◆ Task objective: I need the lines below from the one with "f 455 461 451" down to the one with "f 565 532 533" reproduced exactly, both ends included, and nothing else.

◆ Entries supplied:
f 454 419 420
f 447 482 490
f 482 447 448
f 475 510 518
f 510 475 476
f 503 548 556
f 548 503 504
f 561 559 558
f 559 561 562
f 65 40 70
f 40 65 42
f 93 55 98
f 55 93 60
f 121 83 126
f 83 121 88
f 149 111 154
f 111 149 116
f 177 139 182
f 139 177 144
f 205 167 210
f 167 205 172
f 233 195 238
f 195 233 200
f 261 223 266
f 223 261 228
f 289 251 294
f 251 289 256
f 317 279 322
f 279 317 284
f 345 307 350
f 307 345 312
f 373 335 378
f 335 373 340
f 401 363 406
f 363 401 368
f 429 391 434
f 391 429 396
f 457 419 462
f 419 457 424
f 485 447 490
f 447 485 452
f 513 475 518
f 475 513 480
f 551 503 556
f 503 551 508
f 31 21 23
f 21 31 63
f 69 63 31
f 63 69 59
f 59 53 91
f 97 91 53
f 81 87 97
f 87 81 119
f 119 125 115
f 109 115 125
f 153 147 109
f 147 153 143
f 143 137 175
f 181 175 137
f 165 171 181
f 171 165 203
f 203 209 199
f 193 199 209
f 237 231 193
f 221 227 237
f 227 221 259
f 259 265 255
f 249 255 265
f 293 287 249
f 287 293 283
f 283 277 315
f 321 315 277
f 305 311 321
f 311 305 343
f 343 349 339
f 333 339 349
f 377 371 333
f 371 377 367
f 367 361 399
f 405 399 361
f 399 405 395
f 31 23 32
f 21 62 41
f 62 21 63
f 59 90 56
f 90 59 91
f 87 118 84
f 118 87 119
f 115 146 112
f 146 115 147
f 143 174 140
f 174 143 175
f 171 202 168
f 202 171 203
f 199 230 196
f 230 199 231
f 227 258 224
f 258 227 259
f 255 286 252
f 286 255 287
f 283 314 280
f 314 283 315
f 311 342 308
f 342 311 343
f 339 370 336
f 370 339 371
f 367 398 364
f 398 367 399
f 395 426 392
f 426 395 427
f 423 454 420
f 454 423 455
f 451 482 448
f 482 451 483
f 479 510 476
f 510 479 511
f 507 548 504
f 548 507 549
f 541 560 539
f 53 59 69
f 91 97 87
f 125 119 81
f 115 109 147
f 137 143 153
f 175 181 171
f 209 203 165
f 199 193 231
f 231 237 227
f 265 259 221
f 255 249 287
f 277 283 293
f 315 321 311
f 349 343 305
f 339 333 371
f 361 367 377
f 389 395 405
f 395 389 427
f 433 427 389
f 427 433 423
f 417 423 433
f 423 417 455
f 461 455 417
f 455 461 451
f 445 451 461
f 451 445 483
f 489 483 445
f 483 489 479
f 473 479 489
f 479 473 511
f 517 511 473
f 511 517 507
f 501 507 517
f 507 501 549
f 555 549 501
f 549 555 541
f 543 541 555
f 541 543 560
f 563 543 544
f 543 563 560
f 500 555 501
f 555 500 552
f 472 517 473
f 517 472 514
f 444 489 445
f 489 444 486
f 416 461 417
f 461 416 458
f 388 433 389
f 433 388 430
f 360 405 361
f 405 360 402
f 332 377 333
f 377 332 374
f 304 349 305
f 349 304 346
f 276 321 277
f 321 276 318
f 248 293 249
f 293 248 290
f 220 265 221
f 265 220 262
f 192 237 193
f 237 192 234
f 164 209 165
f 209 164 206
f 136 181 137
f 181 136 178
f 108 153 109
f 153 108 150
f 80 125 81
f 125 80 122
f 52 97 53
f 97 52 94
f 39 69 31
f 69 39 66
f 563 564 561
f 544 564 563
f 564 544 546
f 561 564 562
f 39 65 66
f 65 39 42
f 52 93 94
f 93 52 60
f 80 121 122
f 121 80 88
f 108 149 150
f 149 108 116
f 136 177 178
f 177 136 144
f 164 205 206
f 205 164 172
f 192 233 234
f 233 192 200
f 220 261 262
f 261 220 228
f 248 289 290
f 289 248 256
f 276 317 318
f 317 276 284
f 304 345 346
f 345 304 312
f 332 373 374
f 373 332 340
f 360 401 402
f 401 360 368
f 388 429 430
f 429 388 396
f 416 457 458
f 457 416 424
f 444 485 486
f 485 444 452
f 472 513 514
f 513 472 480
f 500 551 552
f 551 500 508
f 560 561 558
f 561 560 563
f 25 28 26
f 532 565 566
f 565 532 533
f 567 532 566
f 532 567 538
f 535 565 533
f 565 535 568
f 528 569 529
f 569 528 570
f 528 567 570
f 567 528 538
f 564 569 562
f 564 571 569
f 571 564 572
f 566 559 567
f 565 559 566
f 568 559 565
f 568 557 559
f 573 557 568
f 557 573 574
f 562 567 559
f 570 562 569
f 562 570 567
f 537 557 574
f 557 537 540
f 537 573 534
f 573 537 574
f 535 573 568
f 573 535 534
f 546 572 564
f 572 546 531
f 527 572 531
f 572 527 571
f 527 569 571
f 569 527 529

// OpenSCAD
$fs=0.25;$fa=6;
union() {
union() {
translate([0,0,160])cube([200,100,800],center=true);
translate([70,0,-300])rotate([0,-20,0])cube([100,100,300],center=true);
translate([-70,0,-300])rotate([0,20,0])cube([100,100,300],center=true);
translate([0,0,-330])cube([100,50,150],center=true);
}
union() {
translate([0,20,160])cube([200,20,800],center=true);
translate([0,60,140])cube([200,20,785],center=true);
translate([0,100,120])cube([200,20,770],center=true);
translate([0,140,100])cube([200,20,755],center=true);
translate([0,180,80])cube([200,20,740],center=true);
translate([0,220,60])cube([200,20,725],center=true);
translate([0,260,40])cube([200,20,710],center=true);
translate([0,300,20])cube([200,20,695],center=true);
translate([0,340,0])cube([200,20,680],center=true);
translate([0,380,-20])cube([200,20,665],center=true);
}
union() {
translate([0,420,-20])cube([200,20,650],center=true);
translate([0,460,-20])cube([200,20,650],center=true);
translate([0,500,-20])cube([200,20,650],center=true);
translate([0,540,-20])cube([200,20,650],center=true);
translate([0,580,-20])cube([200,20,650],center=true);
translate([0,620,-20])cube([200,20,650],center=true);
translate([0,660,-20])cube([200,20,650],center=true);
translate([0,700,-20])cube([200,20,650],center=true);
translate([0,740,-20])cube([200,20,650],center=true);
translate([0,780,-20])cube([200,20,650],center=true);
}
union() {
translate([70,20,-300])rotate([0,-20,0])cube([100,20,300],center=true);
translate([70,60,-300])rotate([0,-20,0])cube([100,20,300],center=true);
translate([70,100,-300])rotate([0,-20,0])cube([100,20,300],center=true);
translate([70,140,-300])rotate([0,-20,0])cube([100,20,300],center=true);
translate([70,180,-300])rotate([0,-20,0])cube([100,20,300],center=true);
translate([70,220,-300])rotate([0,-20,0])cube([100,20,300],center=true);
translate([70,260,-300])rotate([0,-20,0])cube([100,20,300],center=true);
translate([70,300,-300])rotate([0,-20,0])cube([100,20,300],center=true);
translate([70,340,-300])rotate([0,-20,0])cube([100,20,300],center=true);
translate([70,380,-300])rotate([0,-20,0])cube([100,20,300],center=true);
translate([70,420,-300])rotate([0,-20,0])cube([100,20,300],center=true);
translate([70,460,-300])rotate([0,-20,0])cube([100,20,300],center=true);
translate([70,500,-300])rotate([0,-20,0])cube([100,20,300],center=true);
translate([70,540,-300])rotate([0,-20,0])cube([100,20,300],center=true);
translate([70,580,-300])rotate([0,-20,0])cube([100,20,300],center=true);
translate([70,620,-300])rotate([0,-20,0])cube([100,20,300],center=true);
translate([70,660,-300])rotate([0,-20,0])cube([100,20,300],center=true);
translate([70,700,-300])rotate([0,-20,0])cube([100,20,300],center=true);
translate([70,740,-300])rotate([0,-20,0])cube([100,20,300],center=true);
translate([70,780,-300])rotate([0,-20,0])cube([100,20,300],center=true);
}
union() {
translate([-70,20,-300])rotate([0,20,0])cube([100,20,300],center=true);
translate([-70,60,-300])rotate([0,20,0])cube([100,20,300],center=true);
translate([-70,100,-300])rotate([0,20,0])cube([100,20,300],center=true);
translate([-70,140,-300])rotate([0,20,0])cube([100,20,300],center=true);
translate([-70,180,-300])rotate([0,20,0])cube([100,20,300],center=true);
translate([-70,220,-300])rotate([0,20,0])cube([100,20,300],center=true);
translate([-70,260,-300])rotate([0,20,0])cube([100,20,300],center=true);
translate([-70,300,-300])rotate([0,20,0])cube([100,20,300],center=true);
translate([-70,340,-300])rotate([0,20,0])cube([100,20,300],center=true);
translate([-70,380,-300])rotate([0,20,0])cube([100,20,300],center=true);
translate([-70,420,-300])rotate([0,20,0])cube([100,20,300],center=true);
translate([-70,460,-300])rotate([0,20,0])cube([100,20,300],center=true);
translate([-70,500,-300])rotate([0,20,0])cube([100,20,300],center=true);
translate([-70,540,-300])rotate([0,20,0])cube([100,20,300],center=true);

◆ Solved problem:
f 455 461 451
f 445 451 461
f 451 445 483
f 489 483 445
f 483 489 479
f 473 479 489
f 479 473 511
f 517 511 473
f 511 517 507
f 501 507 517
f 507 501 549
f 555 549 501
f 549 555 541
f 543 541 555
f 541 543 560
f 563 543 544
f 543 563 560
f 500 555 501
f 555 500 552
f 472 517 473
f 517 472 514
f 444 489 445
f 489 444 486
f 416 461 417
f 461 416 458
f 388 433 389
f 433 388 430
f 360 405 361
f 405 360 402
f 332 377 333
f 377 332 374
f 304 349 305
f 349 304 346
f 276 321 277
f 321 276 318
f 248 293 249
f 293 248 290
f 220 265 221
f 265 220 262
f 192 237 193
f 237 192 234
f 164 209 165
f 209 164 206
f 136 181 137
f 181 136 178
f 108 153 109
f 153 108 150
f 80 125 81
f 125 80 122
f 52 97 53
f 97 52 94
f 39 69 31
f 69 39 66
f 563 564 561
f 544 564 563
f 564 544 546
f 561 564 562
f 39 65 66
f 65 39 42
f 52 93 94
f 93 52 60
f 80 121 122
f 121 80 88
f 108 149 150
f 149 108 116
f 136 177 178
f 177 136 144
f 164 205 206
f 205 164 172
f 192 233 234
f 233 192 200
f 220 261 262
f 261 220 228
f 248 289 290
f 289 248 256
f 276 317 318
f 317 276 284
f 304 345 346
f 345 304 312
f 332 373 374
f 373 332 340
f 360 401 402
f 401 360 368
f 388 429 430
f 429 388 396
f 416 457 458
f 457 416 424
f 444 485 486
f 485 444 452
f 472 513 514
f 513 472 480
f 500 551 552
f 551 500 508
f 560 561 558
f 561 560 563
f 25 28 26
f 532 565 566
f 565 532 533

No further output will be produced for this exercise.